If It Weren’t For My Mom…

BY BARBARA BARASH SIMMONS

Hurricane Katrina was destroying New Orleans at the same moment my first grandchild took his first breath. I had vacillated between staring at CNN and nervously watching the hospital waiting-room doorway for news of the birth. At two in the morning, my son came down the hallway with a wide grin on his weary face, and said, “A boy.”

My mother took to grand-mothering with a natural touch and spirit; it came to me slowly, just as parenting did. I was one of the last of my friends to become a grandmother in my 60s, so I didn’t ‘get’ the adoration that was involved, nor the strength of the tie. “Wait until you are a grandmother.” my friends would share, “it’s not like being a mother; it is even more than that.” 
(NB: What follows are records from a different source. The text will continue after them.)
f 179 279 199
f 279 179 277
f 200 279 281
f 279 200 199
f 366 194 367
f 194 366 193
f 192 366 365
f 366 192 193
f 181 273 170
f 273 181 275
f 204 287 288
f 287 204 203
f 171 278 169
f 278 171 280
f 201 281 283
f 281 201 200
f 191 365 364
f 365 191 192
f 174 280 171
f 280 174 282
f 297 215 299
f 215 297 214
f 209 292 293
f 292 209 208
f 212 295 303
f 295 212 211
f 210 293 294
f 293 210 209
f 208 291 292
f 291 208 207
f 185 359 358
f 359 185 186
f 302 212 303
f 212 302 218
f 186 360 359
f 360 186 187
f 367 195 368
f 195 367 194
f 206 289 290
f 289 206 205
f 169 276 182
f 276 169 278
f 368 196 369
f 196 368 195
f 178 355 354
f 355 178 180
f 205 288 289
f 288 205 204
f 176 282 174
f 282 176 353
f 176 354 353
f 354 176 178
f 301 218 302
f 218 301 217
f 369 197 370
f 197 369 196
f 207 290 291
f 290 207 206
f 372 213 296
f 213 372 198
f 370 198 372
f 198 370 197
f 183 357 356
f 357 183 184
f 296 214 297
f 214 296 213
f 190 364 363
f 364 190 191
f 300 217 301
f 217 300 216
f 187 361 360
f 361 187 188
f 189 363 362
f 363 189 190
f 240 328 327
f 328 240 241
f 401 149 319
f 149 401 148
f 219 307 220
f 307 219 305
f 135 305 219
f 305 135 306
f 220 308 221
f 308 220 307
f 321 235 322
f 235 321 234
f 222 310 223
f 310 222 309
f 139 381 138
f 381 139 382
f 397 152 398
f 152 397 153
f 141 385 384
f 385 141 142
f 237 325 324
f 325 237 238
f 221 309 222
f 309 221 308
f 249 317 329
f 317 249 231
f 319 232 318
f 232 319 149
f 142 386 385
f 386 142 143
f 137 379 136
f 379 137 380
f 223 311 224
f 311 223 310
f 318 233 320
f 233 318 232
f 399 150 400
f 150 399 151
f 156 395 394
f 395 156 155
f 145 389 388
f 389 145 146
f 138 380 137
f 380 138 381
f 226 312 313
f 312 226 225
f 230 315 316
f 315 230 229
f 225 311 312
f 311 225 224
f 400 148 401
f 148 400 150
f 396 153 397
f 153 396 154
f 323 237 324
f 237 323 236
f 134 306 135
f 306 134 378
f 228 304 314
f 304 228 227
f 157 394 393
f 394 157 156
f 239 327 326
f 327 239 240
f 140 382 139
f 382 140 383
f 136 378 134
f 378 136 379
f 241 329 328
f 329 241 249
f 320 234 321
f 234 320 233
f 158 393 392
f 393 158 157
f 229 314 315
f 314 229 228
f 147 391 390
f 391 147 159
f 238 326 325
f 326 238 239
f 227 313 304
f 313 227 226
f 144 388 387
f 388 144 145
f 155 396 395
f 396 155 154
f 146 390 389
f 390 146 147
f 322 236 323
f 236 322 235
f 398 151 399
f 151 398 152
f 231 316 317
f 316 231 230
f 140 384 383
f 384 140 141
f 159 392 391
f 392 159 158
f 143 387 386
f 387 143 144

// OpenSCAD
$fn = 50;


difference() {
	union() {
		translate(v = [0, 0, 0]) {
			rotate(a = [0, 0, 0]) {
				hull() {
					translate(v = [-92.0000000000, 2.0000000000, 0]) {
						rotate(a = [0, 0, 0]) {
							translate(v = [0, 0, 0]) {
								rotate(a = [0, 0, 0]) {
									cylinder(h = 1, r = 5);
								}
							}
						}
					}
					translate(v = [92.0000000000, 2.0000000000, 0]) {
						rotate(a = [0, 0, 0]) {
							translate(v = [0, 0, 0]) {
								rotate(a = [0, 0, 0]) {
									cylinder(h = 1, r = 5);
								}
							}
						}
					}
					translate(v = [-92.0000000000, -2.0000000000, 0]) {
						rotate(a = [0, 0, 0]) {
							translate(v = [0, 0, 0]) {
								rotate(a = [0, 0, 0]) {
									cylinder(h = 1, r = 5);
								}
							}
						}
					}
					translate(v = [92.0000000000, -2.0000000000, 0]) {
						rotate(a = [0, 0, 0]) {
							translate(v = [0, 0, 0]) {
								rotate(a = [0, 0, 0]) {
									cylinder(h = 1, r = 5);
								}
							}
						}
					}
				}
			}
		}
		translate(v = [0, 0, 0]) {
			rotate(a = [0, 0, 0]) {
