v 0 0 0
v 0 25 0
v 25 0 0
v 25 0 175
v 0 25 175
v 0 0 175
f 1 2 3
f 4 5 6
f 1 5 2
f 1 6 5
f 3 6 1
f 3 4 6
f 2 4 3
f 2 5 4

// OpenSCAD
module triangle(o_len, a_len, depth, center = false)
{
    centroid = center ? [ -a_len / 3, -o_len / 3, -depth / 2 ] : [ 0, 0, 0 ];
    translate(centroid) linear_extrude(height = depth)
    {
        polygon(points = [ [ 0, 0 ], [ a_len, 0 ], [ 0, o_len ] ], paths = [[ 0, 1, 2 ]]);
    }
}

/**
 * Standard right-angled triangle (tangent version)
 *
 * @param number  tan_angle Angle of adjacent to hypotenuse (ie tangent)
 * @param number  a_len     Length of the adjacent side
 * @param number  depth     How wide/deep the triangle is in the 3rd dimension
 * @param boolean center    Whether to center the triangle on the origin
 */
module a_triangle(tan_angle, a_len, depth, center = false)
{
    triangle(tan(tan_angle) * a_len, a_len, depth, center);
}

a_triangle(45, 25, 175);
I have a photo of myself cuddling my tiny grandson in my arms, gazing down at the boy who is now 14, and I look just like all grandmothers. But, for me, being a grandmother came with a self-warning – don’t be fearful like you were as a new mother.

Forty-five years ago, maybe the root of my new-mother anxiety was my ‘advanced’ age –I was in my mid-thirties when my only child was born on a raw January day, I became quick to panic and slow to show that I could be the competent mother he deserved.  He was perfect, I was not.
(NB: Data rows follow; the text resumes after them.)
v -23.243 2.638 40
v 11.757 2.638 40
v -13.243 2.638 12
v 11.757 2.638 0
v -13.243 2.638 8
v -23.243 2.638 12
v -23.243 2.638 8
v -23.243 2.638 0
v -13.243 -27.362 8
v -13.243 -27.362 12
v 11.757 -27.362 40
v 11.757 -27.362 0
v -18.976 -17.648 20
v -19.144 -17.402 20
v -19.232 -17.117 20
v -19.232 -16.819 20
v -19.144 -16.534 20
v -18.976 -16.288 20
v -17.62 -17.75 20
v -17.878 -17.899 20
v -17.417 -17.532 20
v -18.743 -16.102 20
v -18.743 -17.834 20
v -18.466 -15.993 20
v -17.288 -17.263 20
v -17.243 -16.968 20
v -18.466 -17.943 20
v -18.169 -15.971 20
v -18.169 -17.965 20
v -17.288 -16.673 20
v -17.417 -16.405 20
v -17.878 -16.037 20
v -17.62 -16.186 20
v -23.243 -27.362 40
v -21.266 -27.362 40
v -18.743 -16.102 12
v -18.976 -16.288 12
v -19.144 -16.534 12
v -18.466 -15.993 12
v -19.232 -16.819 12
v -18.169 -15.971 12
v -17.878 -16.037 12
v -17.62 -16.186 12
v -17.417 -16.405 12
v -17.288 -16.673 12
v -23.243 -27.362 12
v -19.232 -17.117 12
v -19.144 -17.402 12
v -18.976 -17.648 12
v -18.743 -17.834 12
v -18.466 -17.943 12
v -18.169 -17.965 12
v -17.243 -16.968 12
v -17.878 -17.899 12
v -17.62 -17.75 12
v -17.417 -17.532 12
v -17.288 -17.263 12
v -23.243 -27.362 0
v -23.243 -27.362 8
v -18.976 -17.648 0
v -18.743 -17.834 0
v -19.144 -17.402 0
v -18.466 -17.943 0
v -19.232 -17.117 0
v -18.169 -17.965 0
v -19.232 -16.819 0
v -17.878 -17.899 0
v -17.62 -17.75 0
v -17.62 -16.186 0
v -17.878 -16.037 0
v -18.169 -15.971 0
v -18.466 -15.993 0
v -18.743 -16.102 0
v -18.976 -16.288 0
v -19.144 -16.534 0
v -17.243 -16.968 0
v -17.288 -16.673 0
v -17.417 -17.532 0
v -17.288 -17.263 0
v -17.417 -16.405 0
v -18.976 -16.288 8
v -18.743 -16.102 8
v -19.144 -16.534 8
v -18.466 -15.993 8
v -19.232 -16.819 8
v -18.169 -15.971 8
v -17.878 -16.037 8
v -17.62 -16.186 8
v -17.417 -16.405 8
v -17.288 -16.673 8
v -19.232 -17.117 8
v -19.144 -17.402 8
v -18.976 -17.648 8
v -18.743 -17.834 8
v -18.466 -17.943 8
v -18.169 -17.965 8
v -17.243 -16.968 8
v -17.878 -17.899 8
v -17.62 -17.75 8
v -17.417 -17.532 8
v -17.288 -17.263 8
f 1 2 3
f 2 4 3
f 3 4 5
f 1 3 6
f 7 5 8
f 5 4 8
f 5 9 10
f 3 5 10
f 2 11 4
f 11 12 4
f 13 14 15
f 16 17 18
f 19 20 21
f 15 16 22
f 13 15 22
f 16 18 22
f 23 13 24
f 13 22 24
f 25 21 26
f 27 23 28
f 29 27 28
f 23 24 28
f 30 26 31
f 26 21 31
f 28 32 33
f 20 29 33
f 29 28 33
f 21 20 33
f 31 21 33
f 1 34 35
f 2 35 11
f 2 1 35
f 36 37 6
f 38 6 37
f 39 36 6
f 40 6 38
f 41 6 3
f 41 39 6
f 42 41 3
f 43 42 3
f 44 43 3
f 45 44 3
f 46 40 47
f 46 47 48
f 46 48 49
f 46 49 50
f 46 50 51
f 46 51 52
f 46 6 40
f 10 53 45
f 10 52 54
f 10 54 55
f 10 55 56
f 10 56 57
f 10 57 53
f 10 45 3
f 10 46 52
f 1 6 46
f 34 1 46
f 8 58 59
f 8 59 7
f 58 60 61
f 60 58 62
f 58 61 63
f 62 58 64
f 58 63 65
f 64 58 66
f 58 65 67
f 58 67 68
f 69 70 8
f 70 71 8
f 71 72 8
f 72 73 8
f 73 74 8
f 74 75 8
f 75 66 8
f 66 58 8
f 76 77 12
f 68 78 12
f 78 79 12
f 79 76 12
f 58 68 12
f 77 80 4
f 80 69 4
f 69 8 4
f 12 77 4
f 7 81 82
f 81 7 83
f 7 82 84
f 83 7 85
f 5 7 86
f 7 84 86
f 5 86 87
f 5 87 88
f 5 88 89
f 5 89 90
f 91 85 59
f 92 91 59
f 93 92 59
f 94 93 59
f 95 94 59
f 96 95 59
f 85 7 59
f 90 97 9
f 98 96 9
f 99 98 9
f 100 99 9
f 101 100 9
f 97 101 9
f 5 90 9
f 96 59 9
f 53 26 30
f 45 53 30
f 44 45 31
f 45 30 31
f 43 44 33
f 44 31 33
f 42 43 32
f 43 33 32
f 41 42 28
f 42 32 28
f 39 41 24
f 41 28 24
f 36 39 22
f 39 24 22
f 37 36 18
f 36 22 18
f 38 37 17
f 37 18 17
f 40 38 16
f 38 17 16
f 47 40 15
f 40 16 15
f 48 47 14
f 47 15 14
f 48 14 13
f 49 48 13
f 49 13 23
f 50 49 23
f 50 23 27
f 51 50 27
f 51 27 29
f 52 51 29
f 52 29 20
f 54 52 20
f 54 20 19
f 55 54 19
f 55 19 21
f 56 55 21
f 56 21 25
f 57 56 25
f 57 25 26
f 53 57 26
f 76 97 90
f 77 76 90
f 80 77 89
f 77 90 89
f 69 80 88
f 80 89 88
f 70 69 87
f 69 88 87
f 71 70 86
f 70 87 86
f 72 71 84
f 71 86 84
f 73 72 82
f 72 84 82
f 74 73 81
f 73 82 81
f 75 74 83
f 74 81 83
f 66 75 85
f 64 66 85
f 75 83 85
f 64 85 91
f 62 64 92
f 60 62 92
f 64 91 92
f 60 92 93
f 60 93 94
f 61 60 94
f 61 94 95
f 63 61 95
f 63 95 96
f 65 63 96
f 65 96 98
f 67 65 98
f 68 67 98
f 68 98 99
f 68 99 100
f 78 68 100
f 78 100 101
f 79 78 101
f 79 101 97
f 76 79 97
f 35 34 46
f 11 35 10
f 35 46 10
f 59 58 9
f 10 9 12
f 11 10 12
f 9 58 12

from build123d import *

# Parameters (mm, degrees)
F0_W     = 35
F0_H     = 30
F1_DEPTH = 20
F2_W     = 10
F2_H     = 4
F3_DEPTH = 40
F4_R     = 1
F5_DEPTH = 25
F6_W     = 1.9774927944
F6_H     = 23.6601198859
F7_DEPTH = 20


with BuildPart() as f1:
    # F0 (on Top) → F1 (new body)
    with BuildSketch(Plane.XY):
        with Locations((-5.7433683425, -12.3615624963)):
            Rectangle(F0_W, F0_H)
    extrude(amount=F1_DEPTH)

    # F2 (on face) → F3 (cut)
    with BuildSketch(Plane.XZ.offset(27.3615624963)):
        with Locations((-18.2433683425, 10)):
            Rectangle(F2_W, F2_H)
    extrude(amount=-F3_DEPTH, mode=Mode.SUBTRACT)

    # F4 (on face) → F5 (cut)
    with BuildSketch(Plane.XY.offset(20)):
        with Locations((-18.2433683425, 3.8932797033)):
            Circle(F4_R)
        with Locations((-18.2433683425, -16.9682204723)):
            Circle(F4_R)
    extrude(amount=-F5_DEPTH, mode=Mode.SUBTRACT)

    # F6 (on face) → F7 (join)
    with BuildSketch(Plane.XY.offset(20)):
        with Locations((-22.2546219453, -15.5315025534)):
            Rectangle(F6_W, F6_H)
        Polygon((-23.2433683425, -3.7014426105), (-21.2658755481, -3.7014426105), (-21.2658755481, -27.3615624963), (11.7566316575, -27.3615624963), (11.7566316575, 2.6384375037), (-23.2433683425, 2.6384375037), align=None)
    extrude(amount=F7_DEPTH)


solid = f1.part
I was so relieved that my mother had arrived from out of town to help.

He seemed so fragile to me, and my fear was obvious as I let her take the lead in his new life.
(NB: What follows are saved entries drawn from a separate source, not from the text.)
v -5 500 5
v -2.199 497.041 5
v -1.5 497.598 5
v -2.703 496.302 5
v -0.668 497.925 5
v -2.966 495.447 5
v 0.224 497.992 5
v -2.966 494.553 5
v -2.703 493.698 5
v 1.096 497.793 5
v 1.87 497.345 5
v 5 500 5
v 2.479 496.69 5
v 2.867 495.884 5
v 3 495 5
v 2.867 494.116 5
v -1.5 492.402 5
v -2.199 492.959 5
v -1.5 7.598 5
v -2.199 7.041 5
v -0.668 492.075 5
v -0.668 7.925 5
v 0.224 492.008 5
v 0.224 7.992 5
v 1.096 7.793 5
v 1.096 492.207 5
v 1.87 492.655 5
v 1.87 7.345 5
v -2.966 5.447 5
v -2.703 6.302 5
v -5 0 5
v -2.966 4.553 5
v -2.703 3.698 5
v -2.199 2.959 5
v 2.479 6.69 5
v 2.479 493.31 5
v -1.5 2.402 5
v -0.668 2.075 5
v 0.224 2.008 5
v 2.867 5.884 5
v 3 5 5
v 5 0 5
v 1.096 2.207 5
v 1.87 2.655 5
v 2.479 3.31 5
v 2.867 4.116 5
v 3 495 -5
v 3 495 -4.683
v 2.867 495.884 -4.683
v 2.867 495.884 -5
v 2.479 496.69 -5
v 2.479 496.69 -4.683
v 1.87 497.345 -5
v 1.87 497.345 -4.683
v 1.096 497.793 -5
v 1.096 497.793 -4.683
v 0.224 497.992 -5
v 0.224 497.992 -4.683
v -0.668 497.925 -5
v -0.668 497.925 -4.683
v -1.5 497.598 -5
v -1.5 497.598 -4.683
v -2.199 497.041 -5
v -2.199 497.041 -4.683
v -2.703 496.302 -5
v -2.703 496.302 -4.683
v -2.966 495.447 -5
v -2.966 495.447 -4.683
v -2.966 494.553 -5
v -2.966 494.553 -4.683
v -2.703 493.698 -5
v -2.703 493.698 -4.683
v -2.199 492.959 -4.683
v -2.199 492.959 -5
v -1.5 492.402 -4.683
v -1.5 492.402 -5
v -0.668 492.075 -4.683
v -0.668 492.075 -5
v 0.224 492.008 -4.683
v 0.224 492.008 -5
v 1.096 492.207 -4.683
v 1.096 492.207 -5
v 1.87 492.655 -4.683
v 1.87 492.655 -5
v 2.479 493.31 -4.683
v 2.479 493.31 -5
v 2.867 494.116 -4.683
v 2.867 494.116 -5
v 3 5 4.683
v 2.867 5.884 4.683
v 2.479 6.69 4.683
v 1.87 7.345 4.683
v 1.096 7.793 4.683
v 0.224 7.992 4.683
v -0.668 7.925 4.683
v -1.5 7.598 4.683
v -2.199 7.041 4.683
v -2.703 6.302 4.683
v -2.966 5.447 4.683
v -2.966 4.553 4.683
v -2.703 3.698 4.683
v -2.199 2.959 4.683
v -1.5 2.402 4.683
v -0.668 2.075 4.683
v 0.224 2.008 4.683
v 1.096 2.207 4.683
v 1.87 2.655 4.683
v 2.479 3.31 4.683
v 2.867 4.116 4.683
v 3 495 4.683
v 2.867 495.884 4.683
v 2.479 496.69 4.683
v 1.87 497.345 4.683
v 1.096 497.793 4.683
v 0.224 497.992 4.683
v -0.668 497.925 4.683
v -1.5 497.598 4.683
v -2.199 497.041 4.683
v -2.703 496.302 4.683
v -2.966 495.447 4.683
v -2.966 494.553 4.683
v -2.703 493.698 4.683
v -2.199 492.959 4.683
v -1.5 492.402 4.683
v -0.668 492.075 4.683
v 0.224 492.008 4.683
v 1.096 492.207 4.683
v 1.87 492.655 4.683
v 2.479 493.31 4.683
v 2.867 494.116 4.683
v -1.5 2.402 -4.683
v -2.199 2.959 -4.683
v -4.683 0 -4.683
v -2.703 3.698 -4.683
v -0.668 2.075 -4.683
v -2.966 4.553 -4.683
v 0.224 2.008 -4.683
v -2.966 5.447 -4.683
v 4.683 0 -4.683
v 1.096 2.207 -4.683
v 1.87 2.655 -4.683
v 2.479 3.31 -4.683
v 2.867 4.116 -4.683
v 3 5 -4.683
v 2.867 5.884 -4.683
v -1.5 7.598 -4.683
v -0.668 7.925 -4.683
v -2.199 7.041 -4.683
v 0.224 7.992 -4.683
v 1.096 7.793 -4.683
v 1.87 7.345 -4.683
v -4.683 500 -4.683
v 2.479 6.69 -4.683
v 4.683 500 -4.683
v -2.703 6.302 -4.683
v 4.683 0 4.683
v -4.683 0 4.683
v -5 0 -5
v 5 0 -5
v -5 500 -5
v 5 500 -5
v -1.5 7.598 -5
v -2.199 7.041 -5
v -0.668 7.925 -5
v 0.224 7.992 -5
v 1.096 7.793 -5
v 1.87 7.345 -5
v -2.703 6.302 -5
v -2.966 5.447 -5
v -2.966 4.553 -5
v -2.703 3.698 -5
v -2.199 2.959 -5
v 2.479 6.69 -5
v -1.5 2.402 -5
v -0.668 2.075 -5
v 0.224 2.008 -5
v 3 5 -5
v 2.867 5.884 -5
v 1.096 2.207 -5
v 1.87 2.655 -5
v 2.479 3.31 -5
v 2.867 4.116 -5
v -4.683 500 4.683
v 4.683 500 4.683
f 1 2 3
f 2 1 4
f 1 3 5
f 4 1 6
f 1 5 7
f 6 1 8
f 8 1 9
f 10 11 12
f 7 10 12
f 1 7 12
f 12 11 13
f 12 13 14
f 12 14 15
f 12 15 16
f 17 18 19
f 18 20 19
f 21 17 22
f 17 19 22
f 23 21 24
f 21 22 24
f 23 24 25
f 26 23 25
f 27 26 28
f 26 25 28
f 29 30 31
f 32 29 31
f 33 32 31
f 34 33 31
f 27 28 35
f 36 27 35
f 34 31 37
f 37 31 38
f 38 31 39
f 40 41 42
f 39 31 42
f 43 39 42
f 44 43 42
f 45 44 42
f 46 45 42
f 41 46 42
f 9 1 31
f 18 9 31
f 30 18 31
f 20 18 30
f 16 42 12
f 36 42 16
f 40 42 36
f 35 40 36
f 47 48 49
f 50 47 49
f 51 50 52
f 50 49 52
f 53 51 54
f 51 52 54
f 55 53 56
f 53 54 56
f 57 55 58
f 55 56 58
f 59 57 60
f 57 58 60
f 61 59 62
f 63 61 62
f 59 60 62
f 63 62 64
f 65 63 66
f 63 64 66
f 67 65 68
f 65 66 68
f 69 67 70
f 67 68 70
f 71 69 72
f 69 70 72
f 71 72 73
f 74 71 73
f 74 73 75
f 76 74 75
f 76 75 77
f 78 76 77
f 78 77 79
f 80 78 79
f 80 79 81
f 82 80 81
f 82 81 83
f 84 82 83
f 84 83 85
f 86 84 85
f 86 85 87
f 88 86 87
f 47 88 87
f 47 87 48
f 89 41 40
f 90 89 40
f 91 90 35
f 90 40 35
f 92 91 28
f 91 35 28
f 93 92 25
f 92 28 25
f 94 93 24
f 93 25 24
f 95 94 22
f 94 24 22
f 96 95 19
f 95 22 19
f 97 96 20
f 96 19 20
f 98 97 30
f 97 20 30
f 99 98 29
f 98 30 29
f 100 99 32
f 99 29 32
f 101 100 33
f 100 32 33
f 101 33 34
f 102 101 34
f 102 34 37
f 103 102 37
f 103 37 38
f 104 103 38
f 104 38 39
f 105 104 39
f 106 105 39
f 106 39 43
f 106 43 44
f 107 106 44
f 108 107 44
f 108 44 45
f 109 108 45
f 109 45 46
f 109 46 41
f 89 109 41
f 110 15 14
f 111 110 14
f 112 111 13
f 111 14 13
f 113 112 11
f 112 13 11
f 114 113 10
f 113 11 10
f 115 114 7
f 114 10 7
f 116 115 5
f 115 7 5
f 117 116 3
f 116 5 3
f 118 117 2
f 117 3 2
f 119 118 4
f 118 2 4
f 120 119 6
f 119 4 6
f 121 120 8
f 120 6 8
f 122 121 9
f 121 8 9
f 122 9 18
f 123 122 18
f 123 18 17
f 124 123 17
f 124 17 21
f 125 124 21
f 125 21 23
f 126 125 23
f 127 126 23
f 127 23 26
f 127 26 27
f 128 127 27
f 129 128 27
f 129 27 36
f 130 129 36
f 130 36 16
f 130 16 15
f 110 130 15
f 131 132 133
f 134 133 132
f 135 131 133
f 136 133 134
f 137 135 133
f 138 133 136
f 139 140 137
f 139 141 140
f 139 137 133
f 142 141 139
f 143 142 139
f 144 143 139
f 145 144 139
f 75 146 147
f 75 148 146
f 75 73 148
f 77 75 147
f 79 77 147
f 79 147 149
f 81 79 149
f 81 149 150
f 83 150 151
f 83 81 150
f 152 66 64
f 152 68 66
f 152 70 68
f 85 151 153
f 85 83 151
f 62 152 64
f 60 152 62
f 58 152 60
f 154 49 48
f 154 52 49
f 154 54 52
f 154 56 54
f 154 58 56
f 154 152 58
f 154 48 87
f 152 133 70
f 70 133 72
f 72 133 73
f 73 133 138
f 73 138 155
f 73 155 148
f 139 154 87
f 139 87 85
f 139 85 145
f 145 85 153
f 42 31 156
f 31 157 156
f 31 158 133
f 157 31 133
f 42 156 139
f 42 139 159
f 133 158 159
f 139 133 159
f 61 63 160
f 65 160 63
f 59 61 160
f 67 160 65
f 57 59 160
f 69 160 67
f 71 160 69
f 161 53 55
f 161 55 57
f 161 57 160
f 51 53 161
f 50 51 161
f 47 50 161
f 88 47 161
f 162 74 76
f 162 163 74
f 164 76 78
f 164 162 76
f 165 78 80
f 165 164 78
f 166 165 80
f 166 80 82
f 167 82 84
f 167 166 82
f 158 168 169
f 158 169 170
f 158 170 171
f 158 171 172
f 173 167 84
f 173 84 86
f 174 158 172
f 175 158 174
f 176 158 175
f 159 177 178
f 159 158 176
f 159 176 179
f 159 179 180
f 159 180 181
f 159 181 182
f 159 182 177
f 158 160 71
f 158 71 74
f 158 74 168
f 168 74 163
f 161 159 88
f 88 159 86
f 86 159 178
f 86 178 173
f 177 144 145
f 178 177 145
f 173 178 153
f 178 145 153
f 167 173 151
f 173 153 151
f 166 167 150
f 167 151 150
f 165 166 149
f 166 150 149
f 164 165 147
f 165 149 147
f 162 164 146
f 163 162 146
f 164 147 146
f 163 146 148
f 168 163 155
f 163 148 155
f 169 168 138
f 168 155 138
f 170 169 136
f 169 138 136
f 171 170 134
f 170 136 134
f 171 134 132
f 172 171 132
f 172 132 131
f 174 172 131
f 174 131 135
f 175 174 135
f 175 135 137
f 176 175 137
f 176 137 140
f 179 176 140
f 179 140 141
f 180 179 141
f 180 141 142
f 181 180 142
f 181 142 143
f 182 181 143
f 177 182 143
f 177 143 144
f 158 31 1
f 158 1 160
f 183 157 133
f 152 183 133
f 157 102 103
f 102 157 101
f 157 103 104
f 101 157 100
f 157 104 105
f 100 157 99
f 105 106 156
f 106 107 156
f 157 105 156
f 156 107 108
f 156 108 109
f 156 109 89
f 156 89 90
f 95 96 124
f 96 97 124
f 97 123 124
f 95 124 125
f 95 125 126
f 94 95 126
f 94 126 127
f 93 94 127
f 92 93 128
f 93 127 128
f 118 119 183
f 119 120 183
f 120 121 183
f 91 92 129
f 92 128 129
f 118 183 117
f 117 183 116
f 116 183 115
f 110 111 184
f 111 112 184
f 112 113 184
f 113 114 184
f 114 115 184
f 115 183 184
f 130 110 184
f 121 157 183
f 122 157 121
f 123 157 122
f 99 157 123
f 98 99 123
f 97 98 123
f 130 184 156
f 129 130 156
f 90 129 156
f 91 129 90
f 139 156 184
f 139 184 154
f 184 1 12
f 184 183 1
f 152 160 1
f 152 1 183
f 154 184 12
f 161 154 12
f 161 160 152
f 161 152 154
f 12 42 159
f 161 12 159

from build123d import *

# Parameters (mm, degrees)
CROQUIS1_W              = 10
CROQUIS1_H              = 10
SALIENTE_EXTRUIR1_DEPTH = 500
CROQUIS2_W              = 9.366
CROQUIS2_H              = 9.366
CORTAR_EXTRUIR1_DEPTH   = 500
CROQUIS3_R              = 3
CORTAR_EXTRUIR2_DEPTH   = 500
CROQUIS4_R              = 3
CORTAR_EXTRUIR3_DEPTH   = 500


with BuildPart() as part:
    # Croquis1 → Saliente-Extruir1 (new body)
    with BuildSketch(Plane(origin=(0, 0, 0), x_dir=(1, 0, 0), z_dir=(0, 1, 0))):
        Rectangle(CROQUIS1_W, CROQUIS1_H)
    extrude(amount=SALIENTE_EXTRUIR1_DEPTH)

    # Croquis2 → Cortar-Extruir1 (cut)
    with BuildSketch(Plane(origin=(0, 500, 0), x_dir=(1, 0, 0), z_dir=(0, 1, 0))):
        Rectangle(CROQUIS2_W, CROQUIS2_H)
    extrude(amount=-CORTAR_EXTRUIR1_DEPTH, mode=Mode.SUBTRACT)

    # Croquis3 → Cortar-Extruir2 (cut)
    with BuildSketch(Plane.XY.offset(5)):
        with Locations((0, 5)):
            Circle(CROQUIS3_R)
    extrude(amount=-CORTAR_EXTRUIR2_DEPTH, mode=Mode.SUBTRACT)

    # Croquis4 → Cortar-Extruir3 (cut)
    with BuildSketch(Plane.XY.offset(5)):
        with Locations((0, 495)):
            Circle(CROQUIS4_R)
    extrude(amount=-CORTAR_EXTRUIR3_DEPTH, mode=Mode.SUBTRACT)


solid = part.part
I remained an observer watching her bathe and adeptly handle his slippery little body as she smiled and cooed, clearly enjoying him. It seemed magical that she would know his needs by hunch, decoding his various screams, sudden shivers, and strange nippy breaths as she ministered to him with loving touches and rapt gleeful attention.

He seemed so fragile to me, and my fear was obvious as I let her take the lead in his new life.

Each day I dreaded her leaving me alone with him. That came when the baby reached seven weeks. She walked down the stairs on a Sunday morning carrying her packed luggage, ready to travel to her own home hours away, away from me.

Distraught, I stared in disbelief that she could actually get into her car and drive away. Was it my flaw that I had come to depend on her calmness when the baby’s face turned bright crimson, seemingly choking or in pain? How could she disregard my crying, and my sobbing and my begging her not to leave? She parted ways cautioning: “You are not going to have any fun with this baby until you start taking care of him by yourself.” 

Panic and fear mixed ridiculously together in my gauche final plea for her to stay. I would like to believe that, at least in my subconscious, it twigged that she is the mother and grandmother I could someday be.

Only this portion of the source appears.